*Exercise requirements:* Copy out once more, exactly, the line with "f 935 941 943" and all the lines after it, up to the last line of the data.

• • • •

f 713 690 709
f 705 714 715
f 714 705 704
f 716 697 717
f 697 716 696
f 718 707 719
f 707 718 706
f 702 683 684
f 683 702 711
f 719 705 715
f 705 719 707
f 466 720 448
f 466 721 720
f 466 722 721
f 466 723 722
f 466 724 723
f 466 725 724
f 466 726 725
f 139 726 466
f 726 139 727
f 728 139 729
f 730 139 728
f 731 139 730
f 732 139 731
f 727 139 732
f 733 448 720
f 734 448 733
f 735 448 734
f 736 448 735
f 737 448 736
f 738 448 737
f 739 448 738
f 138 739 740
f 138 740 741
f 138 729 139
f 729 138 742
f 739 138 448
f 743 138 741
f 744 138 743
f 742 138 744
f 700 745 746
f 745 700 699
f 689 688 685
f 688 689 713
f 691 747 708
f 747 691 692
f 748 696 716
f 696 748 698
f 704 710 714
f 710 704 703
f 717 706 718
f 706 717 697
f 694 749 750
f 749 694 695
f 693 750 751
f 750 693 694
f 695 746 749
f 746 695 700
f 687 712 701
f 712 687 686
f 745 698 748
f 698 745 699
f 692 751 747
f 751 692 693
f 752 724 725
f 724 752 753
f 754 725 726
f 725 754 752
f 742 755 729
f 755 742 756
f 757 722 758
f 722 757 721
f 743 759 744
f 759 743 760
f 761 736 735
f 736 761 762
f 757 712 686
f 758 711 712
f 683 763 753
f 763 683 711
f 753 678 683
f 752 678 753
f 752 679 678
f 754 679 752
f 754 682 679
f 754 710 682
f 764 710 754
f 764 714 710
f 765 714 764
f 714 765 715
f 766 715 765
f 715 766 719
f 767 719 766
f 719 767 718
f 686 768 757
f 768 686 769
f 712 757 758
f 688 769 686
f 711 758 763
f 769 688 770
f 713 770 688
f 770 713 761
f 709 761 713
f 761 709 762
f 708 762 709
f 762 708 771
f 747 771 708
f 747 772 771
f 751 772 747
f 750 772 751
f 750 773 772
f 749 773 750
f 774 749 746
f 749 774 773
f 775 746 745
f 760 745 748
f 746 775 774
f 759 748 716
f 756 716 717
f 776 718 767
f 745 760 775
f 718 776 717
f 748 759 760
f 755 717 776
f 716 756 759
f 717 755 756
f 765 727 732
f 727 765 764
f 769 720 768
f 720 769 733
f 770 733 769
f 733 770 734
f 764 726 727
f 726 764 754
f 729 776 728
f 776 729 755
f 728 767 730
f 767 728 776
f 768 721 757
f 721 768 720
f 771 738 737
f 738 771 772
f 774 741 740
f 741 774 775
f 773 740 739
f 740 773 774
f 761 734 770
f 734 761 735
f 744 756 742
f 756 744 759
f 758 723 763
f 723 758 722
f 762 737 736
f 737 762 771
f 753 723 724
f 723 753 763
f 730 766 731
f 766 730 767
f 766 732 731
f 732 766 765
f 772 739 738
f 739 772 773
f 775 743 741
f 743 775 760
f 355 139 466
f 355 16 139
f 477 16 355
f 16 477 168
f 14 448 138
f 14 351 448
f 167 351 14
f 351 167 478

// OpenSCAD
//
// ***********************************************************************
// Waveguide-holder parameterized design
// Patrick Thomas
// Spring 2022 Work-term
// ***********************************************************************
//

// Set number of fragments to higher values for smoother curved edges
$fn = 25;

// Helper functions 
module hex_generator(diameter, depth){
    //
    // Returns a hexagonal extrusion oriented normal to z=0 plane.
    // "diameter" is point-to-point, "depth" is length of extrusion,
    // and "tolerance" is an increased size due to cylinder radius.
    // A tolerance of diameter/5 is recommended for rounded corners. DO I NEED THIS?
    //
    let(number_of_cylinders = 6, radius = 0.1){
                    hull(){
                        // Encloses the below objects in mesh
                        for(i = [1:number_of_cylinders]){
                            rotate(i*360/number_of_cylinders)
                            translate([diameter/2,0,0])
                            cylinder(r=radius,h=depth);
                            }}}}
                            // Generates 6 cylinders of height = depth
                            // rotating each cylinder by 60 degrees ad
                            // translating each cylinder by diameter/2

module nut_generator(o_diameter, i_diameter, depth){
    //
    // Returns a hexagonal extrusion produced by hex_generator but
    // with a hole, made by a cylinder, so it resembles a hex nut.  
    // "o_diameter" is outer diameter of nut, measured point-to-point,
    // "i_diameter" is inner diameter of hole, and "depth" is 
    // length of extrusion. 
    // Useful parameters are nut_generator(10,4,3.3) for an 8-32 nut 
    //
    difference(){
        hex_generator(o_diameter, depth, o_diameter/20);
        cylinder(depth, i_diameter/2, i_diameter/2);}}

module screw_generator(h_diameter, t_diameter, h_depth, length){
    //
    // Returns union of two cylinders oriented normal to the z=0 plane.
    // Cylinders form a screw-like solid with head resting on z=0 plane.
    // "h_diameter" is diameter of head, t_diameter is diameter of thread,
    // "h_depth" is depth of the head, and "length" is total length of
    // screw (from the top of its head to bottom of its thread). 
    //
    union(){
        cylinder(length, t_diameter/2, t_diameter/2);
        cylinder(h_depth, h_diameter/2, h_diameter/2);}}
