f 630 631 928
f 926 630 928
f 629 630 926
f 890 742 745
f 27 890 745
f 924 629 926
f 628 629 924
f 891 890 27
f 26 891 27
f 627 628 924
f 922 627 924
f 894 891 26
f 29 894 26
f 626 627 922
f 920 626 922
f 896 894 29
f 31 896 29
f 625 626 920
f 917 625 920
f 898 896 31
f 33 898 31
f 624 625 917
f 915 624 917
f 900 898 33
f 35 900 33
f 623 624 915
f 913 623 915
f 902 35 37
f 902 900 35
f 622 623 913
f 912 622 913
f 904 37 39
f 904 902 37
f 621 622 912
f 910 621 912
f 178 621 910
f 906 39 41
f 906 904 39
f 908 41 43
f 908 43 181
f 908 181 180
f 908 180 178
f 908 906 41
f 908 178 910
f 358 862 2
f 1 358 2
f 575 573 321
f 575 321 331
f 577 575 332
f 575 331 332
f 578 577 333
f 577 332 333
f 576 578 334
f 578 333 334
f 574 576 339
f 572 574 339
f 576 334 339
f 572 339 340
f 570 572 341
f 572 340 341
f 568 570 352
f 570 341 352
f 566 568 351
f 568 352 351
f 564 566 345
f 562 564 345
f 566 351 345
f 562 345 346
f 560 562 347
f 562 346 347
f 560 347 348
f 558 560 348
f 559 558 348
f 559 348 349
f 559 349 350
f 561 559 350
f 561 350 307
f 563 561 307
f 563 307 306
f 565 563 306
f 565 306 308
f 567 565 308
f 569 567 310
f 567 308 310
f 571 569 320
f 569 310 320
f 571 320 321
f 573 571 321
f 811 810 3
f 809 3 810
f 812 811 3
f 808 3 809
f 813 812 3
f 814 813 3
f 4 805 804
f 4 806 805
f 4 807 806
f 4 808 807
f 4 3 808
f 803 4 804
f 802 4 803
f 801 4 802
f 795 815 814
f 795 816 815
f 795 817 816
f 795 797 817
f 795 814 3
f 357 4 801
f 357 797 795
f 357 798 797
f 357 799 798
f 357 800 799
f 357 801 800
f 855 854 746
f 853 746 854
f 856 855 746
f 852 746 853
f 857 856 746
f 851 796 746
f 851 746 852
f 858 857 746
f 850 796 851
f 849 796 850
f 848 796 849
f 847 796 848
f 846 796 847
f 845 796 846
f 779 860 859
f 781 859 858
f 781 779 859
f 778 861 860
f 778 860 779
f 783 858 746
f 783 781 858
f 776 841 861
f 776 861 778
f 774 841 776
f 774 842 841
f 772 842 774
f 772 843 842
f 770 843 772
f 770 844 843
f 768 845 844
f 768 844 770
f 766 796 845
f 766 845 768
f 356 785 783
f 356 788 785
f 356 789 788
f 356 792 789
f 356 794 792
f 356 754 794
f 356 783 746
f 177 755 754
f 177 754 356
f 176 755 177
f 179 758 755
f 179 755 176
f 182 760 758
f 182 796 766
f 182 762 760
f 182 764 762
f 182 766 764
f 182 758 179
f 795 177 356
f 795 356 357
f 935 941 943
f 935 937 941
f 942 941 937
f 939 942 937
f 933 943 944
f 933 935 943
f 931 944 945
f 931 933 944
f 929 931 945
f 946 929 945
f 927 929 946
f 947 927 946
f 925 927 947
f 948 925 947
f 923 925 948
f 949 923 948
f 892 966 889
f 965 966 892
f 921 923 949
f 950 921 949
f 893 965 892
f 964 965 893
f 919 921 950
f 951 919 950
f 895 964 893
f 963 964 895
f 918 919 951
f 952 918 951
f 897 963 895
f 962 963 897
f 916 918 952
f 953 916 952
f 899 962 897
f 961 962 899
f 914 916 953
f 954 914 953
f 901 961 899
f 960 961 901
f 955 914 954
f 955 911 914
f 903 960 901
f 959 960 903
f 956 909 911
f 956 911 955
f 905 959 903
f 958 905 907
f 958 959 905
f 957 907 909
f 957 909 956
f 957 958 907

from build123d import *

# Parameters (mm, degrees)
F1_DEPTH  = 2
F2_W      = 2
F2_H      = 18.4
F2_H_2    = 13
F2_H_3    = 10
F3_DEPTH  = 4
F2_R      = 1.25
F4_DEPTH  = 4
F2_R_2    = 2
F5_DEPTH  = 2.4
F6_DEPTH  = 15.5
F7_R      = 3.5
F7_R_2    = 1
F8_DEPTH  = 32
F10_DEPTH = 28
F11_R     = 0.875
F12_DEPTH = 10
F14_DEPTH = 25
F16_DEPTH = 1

• • • •

*Task output:*
f 935 941 943
f 935 937 941
f 942 941 937
f 939 942 937
f 933 943 944
f 933 935 943
f 931 944 945
f 931 933 944
f 929 931 945
f 946 929 945
f 927 929 946
f 947 927 946
f 925 927 947
f 948 925 947
f 923 925 948
f 949 923 948
f 892 966 889
f 965 966 892
f 921 923 949
f 950 921 949
f 893 965 892
f 964 965 893
f 919 921 950
f 951 919 950
f 895 964 893
f 963 964 895
f 918 919 951
f 952 918 951
f 897 963 895
f 962 963 897
f 916 918 952
f 953 916 952
f 899 962 897
f 961 962 899
f 914 916 953
f 954 914 953
f 901 961 899
f 960 961 901
f 955 914 954
f 955 911 914
f 903 960 901
f 959 960 903
f 956 909 911
f 956 911 955
f 905 959 903
f 958 905 907
f 958 959 905
f 957 907 909
f 957 909 956
f 957 958 907

from build123d import *

# Parameters (mm, degrees)
F1_DEPTH  = 2
F2_W      = 2
F2_H      = 18.4
F2_H_2    = 13
F2_H_3    = 10
F3_DEPTH  = 4
F2_R      = 1.25
F4_DEPTH  = 4
F2_R_2    = 2
F5_DEPTH  = 2.4
F6_DEPTH  = 15.5
F7_R      = 3.5
F7_R_2    = 1
F8_DEPTH  = 32
F10_DEPTH = 28
F11_R     = 0.875
F12_DEPTH = 10
F14_DEPTH = 25
F16_DEPTH = 1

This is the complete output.